On the other hand, just because these little letters of protest can't
magically fix the whole Chinese economy doesn't mean they're necessarily
useless. Worker rights are not won all at once. They're negotiated a little
bit at a time. The more bad PR companies get, the higher the cost of dealing
with it, and the easier it becomes for workers to negotiate better working
conditions.

Much of Foxconn's response to this dustup will be cosmetic. But cosmetics cost
money, too, so some of the response will consist of real reform.

------
Lazare
Should workers die so I can have a fish dinner? (Fishing is dangerous.) Should
workers die so I can wipe my ass? (So is forestry.) Should workers die so I
can charge my iPhone? (So is generating and transmitting power.) Should
workers die so I can have a larger house? (As is construction.) Should workers
die so I can drive to work? (Oh, and manufacturing.)

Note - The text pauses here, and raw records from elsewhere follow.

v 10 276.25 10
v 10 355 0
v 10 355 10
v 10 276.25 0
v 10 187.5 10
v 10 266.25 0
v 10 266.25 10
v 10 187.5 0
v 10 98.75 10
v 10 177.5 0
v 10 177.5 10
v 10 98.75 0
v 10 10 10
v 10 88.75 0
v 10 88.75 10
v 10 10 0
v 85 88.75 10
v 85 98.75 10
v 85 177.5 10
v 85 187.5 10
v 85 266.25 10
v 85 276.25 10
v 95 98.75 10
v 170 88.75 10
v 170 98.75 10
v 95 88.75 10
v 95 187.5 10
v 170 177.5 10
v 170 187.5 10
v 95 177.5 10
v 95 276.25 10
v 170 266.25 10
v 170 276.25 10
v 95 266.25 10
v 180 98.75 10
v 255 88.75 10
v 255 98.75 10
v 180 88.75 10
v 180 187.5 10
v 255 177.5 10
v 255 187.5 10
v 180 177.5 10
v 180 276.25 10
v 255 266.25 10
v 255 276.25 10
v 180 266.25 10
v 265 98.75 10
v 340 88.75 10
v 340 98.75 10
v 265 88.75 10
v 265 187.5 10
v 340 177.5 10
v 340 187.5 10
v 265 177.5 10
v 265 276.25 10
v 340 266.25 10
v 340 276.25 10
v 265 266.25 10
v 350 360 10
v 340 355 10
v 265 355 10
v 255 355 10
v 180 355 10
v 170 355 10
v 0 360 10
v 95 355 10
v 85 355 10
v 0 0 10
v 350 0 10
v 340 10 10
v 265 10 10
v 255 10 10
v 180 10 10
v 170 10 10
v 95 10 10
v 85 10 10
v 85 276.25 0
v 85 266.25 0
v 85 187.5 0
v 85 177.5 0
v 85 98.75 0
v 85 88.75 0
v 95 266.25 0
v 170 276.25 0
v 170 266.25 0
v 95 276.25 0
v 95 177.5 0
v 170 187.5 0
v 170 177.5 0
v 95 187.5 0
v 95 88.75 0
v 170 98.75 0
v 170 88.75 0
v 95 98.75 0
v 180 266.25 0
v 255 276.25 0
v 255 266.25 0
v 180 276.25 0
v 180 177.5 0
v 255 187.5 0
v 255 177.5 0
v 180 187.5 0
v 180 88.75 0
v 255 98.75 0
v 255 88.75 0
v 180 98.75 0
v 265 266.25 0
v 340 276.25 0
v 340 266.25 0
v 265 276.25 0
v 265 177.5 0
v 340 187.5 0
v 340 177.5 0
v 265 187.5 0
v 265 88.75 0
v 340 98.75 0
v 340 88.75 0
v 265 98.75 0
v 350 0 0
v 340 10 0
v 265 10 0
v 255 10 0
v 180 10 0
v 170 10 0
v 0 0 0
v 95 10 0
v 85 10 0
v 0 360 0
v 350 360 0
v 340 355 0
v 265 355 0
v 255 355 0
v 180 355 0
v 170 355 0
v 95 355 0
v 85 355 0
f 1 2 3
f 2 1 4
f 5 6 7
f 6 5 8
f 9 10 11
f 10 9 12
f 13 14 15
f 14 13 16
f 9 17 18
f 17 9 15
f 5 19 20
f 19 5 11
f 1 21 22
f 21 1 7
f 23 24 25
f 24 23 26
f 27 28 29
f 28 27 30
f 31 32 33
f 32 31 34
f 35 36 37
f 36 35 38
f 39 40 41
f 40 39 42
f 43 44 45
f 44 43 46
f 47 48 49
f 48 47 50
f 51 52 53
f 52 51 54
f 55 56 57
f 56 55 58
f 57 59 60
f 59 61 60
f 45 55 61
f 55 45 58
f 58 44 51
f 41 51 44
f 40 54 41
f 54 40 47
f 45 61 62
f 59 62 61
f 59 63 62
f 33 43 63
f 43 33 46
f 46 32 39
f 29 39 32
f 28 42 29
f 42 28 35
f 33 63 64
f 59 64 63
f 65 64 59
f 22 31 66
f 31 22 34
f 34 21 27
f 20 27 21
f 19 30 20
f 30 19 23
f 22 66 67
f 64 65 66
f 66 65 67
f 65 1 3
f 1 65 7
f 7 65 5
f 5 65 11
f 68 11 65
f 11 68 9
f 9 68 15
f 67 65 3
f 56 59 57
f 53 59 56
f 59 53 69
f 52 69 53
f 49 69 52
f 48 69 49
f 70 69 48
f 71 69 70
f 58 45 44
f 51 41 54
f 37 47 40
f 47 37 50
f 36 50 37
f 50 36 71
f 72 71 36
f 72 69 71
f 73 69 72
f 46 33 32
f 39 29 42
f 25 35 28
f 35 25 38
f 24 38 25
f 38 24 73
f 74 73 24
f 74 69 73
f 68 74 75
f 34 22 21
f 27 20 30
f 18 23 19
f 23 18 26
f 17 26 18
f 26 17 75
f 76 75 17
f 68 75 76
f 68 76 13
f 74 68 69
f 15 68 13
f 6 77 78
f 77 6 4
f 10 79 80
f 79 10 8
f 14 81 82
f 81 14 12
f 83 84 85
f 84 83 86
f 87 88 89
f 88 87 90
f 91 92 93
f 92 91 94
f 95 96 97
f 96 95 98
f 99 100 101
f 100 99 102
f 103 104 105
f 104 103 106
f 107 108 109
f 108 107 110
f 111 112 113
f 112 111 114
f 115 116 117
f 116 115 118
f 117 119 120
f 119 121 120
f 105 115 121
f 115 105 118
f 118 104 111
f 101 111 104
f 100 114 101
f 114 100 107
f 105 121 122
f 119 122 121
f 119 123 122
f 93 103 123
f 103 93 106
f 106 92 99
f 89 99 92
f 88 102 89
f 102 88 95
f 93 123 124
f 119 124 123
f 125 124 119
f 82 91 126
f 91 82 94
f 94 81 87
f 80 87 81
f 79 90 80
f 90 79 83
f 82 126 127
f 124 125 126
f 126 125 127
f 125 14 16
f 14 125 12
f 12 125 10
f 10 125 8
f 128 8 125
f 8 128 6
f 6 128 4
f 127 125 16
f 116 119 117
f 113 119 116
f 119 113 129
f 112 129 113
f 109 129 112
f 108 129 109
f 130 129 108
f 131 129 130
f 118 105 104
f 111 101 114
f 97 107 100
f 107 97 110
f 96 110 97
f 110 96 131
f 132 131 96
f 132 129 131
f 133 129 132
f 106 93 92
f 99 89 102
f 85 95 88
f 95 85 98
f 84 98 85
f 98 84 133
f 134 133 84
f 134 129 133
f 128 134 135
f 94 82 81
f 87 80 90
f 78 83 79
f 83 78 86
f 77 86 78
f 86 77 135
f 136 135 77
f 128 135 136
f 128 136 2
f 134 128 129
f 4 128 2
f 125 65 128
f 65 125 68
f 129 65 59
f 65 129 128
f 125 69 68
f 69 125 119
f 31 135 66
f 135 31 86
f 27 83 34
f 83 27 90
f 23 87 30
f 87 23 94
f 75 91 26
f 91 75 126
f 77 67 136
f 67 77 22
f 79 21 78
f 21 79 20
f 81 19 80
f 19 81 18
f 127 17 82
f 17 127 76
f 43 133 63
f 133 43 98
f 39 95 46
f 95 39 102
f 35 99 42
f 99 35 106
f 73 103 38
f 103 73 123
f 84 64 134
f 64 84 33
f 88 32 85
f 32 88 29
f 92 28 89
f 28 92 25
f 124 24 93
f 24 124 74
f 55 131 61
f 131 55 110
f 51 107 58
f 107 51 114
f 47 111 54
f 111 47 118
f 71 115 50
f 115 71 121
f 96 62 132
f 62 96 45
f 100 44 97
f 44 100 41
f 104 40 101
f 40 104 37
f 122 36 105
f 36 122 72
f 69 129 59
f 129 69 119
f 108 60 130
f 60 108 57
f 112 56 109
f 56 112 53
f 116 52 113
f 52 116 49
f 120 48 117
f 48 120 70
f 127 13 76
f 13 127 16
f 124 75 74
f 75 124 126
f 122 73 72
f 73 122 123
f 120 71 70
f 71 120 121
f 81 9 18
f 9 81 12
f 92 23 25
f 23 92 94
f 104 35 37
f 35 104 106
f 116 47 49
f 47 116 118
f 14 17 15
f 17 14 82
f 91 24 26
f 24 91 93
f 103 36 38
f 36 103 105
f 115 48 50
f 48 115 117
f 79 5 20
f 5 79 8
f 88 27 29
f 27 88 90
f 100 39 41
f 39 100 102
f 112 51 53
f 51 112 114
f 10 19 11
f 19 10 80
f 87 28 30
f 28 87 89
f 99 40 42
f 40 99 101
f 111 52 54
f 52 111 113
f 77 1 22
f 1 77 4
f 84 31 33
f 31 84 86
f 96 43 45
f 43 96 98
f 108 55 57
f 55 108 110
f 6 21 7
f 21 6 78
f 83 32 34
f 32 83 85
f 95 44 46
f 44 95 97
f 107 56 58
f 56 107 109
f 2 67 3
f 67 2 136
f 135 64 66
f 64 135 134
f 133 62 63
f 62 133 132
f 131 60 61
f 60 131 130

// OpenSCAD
// face_band.scad reused for back upper band

width = 350;
band_h = 360;
thk = 10;
full_height = 720;
h_bar_count = 9;
h_gap = (full_height - h_bar_count * thk) / (h_bar_count - 1);
v_gap_count = 4;
v_bars = v_gap_count + 1;
v_gap = (width - v_bars * thk) / v_gap_count;
$fn = 32;

module face_band(w=width, bh=band_h, t=thk) {
    union() {
        for (i = [0 : v_bars - 1]) {
            x = i * (t + v_gap);
            translate([x, 0, 0]) cube([t, bh, t]);
        }
        for (j = [0 : h_bar_count - 1]) {
            y_full = j * (t + h_gap);
            if (y_full < bh && (y_full + t) > 0) {
                intersection() {
                    translate([0, y_full, 0]) cube([w, t, t]);
                    translate([0, 0, 0]) cube([w, bh, t]);
                }
            }
        }
    }
}

face_band();
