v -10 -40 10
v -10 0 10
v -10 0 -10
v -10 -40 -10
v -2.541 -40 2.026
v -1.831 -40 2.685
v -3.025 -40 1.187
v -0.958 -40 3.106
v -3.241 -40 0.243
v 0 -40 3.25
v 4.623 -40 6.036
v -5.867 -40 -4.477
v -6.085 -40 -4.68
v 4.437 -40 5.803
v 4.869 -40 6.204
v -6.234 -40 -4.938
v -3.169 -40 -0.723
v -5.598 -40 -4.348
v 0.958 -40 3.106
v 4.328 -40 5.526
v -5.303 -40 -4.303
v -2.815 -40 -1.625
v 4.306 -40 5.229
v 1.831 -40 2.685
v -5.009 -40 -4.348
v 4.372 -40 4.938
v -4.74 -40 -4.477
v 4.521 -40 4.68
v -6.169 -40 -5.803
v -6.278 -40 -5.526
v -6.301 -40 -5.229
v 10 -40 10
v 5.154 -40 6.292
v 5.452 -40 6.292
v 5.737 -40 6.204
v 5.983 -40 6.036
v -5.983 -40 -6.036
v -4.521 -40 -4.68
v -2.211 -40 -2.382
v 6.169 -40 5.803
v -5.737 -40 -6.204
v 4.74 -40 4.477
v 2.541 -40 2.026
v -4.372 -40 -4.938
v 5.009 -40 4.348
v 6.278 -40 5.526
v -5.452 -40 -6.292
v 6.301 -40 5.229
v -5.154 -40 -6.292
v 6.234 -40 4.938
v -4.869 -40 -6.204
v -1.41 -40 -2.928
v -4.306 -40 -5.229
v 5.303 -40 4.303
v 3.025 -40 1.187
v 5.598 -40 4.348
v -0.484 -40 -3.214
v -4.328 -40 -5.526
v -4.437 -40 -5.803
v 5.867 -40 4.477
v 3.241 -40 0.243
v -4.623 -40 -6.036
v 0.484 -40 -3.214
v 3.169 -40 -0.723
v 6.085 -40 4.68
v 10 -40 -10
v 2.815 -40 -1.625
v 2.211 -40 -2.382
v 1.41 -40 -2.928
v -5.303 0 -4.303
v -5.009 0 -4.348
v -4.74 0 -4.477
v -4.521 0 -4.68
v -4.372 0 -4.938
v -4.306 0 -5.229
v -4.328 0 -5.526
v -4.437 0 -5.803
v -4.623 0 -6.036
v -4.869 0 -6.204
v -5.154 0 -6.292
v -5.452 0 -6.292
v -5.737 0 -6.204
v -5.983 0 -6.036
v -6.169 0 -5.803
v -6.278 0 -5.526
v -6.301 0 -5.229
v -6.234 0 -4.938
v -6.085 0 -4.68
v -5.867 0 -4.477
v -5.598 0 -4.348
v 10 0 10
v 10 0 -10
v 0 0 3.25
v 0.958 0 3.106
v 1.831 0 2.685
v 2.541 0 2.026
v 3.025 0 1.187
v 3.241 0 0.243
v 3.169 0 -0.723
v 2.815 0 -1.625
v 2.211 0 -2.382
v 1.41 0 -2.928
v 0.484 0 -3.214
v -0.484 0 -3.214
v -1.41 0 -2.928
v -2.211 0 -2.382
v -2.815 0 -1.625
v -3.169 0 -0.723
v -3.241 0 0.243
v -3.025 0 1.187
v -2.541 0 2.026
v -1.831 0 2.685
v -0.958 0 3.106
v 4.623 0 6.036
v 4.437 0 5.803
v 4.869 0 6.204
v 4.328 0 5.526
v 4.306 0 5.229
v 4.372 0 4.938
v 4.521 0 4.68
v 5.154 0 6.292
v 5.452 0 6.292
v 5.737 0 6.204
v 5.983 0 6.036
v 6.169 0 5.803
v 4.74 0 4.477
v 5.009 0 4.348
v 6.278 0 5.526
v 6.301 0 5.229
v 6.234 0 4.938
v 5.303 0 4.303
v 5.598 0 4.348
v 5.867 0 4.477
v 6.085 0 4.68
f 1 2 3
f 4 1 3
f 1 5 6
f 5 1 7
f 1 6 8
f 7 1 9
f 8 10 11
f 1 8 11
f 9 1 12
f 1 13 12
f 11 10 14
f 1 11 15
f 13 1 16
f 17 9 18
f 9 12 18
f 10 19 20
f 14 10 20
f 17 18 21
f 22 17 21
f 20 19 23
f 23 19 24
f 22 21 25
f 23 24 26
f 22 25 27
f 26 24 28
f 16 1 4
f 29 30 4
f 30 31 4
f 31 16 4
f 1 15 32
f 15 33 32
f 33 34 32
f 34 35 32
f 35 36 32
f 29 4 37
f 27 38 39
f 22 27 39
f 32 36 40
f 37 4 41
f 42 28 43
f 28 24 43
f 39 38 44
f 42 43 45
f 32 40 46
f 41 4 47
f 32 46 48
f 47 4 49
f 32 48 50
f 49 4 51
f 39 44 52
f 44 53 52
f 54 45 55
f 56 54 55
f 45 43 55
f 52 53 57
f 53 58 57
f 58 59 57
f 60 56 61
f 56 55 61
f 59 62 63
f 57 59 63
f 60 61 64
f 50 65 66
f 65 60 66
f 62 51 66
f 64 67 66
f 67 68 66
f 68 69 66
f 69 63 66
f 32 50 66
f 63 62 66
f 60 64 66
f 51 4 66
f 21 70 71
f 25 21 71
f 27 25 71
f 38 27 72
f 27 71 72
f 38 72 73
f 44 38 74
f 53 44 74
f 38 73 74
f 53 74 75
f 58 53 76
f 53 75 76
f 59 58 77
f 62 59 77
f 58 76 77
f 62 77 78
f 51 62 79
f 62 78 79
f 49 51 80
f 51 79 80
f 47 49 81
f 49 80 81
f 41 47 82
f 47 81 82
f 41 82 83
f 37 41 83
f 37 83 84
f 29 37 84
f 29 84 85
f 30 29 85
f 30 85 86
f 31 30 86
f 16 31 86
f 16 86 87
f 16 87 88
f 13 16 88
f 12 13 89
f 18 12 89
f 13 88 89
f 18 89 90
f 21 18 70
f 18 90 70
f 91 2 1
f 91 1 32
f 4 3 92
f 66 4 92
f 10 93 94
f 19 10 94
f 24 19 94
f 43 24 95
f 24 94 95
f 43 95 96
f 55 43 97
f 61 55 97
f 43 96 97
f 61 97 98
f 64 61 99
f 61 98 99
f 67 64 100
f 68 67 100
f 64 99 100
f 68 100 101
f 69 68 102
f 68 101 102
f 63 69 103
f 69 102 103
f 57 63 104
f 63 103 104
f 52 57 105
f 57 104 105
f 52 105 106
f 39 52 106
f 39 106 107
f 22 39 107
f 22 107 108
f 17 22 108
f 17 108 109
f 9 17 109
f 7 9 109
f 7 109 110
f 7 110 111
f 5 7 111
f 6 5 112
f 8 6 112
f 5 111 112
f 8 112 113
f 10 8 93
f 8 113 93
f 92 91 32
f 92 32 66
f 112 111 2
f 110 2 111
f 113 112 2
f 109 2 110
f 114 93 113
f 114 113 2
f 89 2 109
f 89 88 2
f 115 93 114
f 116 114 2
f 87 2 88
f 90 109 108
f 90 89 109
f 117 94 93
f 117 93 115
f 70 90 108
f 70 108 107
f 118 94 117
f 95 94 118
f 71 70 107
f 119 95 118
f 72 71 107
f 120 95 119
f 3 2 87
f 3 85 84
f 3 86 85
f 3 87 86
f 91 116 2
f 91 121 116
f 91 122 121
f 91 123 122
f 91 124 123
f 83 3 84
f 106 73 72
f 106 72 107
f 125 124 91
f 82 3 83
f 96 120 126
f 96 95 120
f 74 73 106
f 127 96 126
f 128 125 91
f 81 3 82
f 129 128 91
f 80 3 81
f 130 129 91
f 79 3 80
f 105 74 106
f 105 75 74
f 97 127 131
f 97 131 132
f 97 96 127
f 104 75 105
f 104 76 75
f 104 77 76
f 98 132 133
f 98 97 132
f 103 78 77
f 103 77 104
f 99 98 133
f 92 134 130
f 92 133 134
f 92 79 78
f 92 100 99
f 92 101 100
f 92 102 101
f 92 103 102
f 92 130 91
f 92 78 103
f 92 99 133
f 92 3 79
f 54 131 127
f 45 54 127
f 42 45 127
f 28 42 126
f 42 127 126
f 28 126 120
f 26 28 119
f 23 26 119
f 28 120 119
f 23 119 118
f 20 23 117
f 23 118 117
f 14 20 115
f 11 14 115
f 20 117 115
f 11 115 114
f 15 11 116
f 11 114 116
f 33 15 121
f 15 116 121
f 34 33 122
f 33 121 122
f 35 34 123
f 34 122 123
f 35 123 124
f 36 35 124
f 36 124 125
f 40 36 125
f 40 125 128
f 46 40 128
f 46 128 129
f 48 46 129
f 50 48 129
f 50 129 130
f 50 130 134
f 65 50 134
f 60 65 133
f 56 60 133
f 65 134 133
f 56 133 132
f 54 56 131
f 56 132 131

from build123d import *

# Parameters (mm, degrees)
ESQUISSE1_W        = 20
ESQUISSE1_H        = 20
ESQUISSE1_R        = 1
ESQUISSE1_R_2      = 3.25
BOSS_EXTRU_1_DEPTH = 40


with BuildPart() as part:
    # Esquisse1 → Boss.-Extru.1 (new body)
    with BuildSketch(Plane(origin=(0, 0, 0), x_dir=(1, 0, 0), z_dir=(0, 1, 0))):
        Rectangle(ESQUISSE1_W, ESQUISSE1_H)
        with Locations(Location((-5.303300859, 5.303300859, 0), (0, 0, 270))):
            Circle(ESQUISSE1_R, mode=Mode.SUBTRACT)
        with Locations(Location((5.303300859, -5.303300859, 0), (0, 0, 90))):
            Circle(ESQUISSE1_R, mode=Mode.SUBTRACT)
        with Locations(Location((0, 0, 0), (0, 0, 270))):
            Circle(ESQUISSE1_R_2, mode=Mode.SUBTRACT)
    extrude(amount=-BOSS_EXTRU_1_DEPTH)


solid = part.part
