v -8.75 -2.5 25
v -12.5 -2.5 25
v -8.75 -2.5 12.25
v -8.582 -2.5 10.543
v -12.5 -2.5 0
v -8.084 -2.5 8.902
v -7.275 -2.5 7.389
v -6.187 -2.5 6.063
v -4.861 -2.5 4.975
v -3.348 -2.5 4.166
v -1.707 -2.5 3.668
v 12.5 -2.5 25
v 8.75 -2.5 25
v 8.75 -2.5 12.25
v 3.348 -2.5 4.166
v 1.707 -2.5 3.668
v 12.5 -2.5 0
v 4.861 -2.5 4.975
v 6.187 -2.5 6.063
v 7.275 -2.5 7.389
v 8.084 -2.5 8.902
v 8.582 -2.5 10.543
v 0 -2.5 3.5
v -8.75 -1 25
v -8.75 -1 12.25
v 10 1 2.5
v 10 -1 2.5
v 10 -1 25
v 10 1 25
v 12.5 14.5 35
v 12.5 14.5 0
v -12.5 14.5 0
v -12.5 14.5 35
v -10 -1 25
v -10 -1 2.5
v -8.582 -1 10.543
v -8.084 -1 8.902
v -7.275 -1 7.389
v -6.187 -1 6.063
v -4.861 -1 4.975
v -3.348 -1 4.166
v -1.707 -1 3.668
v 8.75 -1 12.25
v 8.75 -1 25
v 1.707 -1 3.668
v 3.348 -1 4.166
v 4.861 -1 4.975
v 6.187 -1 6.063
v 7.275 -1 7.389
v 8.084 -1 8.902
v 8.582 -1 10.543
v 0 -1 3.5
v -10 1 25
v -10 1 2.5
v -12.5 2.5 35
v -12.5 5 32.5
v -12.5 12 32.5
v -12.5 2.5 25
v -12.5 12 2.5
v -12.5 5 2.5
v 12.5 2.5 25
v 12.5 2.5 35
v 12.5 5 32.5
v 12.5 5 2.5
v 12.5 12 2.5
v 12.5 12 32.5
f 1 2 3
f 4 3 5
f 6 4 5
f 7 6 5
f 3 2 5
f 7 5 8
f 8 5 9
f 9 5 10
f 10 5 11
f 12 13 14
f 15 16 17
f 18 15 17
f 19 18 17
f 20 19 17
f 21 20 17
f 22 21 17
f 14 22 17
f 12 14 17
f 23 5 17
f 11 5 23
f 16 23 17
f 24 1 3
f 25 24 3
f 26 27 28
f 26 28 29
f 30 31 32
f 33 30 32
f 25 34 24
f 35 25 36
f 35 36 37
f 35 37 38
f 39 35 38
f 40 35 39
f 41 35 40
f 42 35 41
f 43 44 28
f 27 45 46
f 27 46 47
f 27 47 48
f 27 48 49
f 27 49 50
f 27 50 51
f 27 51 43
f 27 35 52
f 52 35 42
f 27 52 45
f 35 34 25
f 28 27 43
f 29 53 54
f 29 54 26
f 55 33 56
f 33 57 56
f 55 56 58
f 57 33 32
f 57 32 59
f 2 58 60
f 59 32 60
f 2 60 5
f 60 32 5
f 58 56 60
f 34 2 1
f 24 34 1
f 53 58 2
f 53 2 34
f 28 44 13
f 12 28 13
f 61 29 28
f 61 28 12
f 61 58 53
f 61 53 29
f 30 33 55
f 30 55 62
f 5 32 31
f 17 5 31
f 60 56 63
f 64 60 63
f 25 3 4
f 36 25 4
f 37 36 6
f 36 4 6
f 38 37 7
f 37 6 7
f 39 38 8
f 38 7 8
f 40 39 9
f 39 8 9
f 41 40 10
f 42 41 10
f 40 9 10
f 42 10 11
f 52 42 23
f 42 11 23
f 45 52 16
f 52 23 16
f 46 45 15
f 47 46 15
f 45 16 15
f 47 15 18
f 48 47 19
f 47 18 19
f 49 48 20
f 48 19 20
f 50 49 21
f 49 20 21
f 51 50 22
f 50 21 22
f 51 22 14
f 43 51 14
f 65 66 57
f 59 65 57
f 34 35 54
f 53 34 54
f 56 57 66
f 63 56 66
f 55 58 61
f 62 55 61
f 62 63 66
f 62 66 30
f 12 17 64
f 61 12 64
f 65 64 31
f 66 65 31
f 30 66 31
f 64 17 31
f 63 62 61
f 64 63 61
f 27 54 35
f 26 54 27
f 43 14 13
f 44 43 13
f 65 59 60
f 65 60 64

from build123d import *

# Parameters (mm, degrees)
F0_W     = 20
F0_H     = 2
F1_DEPTH = 2.5
F0_W_2   = 25
F0_H_2   = 5
F2_DEPTH = 25
F4_DEPTH = 2.5
F0_W_3   = 2.5
F0_H_3   = 7
F5_DEPTH = 35
F6_DEPTH = 32.5
F7_DEPTH = 2.5


with BuildPart() as f1:
    # F0 (on Top) → F1 (new body)
    with BuildSketch(Plane.XY):
        Rectangle(F0_W, F0_H)
    extrude(amount=F1_DEPTH)

    # F0 (on Top) → F2 (join)
    with BuildSketch(Plane.XY):
        Rectangle(F0_W_2, F0_H_2)
        Rectangle(F0_W, F0_H, mode=Mode.SUBTRACT)
    extrude(amount=F2_DEPTH)

    # F3 (on face) → F4 (cut)
    with BuildSketch(Plane.XZ.offset(2.5)):
        with BuildLine():
            ThreePointArc((-8.75, 12.25), (0, 3.5), (8.75, 12.25))
            ThreePointArc((8.75, 12.25), (0, 21), (-8.75, 12.25))
        make_face()
        with BuildLine():
            ThreePointArc((-8.75, 12.25), (0, 21), (8.75, 12.25))
            Line((8.75, 12.25), (8.75, 25))
            Line((8.75, 25), (-8.75, 25))
            Line((-8.75, 25), (-8.75, 12.25))
        make_face()
    extrude(amount=-F4_DEPTH, mode=Mode.SUBTRACT)

    # F0 (on Top) → F5 (join)
    with BuildSketch(Plane.XY):
        Polygon((10, 12), (12.5, 12), (12.5, 14.5), (-12.5, 14.5), (-12.5, 12), (-10, 12), align=None)
        with Locations((-11.25, 8.5)):
            Rectangle(F0_W_3, F0_H_3)
        with Locations((0, 8.5)):
            Rectangle(F0_W, F0_H_3)
        Polygon((-12.5, 2.5), (12.5, 2.5), (12.5, 5), (10, 5), (-10, 5), (-12.5, 5), align=None)
        with Locations((11.25, 8.5)):
            Rectangle(F0_W_3, F0_H_3)
    extrude(amount=F5_DEPTH)

    # F0 (on Top) → F6 (cut)
    with BuildSketch(Plane.XY):
        with Locations((11.25, 8.5)):
            Rectangle(F0_W_3, F0_H_3)
        with Locations((0, 8.5)):
            Rectangle(F0_W, F0_H_3)
        with Locations((-11.25, 8.5)):
            Rectangle(F0_W_3, F0_H_3)
    extrude(amount=F6_DEPTH, mode=Mode.SUBTRACT)

    # F0 (on Top) → F7 (join)
    with BuildSketch(Plane.XY):
        with Locations((11.25, 8.5)):
            Rectangle(F0_W_3, F0_H_3)
        with Locations((0, 8.5)):
            Rectangle(F0_W, F0_H_3)
        with Locations((-11.25, 8.5)):
            Rectangle(F0_W_3, F0_H_3)
        Polygon((10, 12), (12.5, 12), (12.5, 14.5), (-12.5, 14.5), (-12.5, 12), (-10, 12), align=None)
        Polygon((-12.5, 2.5), (12.5, 2.5), (12.5, 5), (10, 5), (-10, 5), (-12.5, 5), align=None)
    extrude(amount=F7_DEPTH)


solid = f1.part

We live in an imperfect world. Everything is somewhat dangerous. People are -
literally - dying while making every single product you have ever consumed or
seen in the stores. To phrase your argument in absolutes is to reveal yourself
as hopelessly naive.

There's a conversation to be had here, but it's probably going to be in the
following form: "The fatal accident rate in factories supplying Apple is X per
100,000. I believe it should be Y, and I believe that because of specific
reasons A, B, and C." And then we can discuss if X is really too high, and if
Y is achievable, and maybe evaluate your reasons, and the likely outcome of
trying to bring the rate from X to Y.

But the implication here is that the rate of fatal accidents per year should
be zero, and that's ludicrous. Foxconn employs around a million people. How
many people do _you_ think have died there in the last year? (Please provide
citations to government statistics or independent news articles.)

Meanwhile, the death rate for manufacturing workers in the UK is 1.1 per
100,000; 27 people died in fatal accidents in the UK in the manufacturing
sector last year. So...what? "Workers should not have to die so Rolls Royce
can build jet engines?" Are these workers being exploited? Should we be
boycotting jet engines, air travel, and all products which have travelled by
air? Or is, perhaps, a death rate of 1.1 per 100,000 actually an acceptable
trade-off?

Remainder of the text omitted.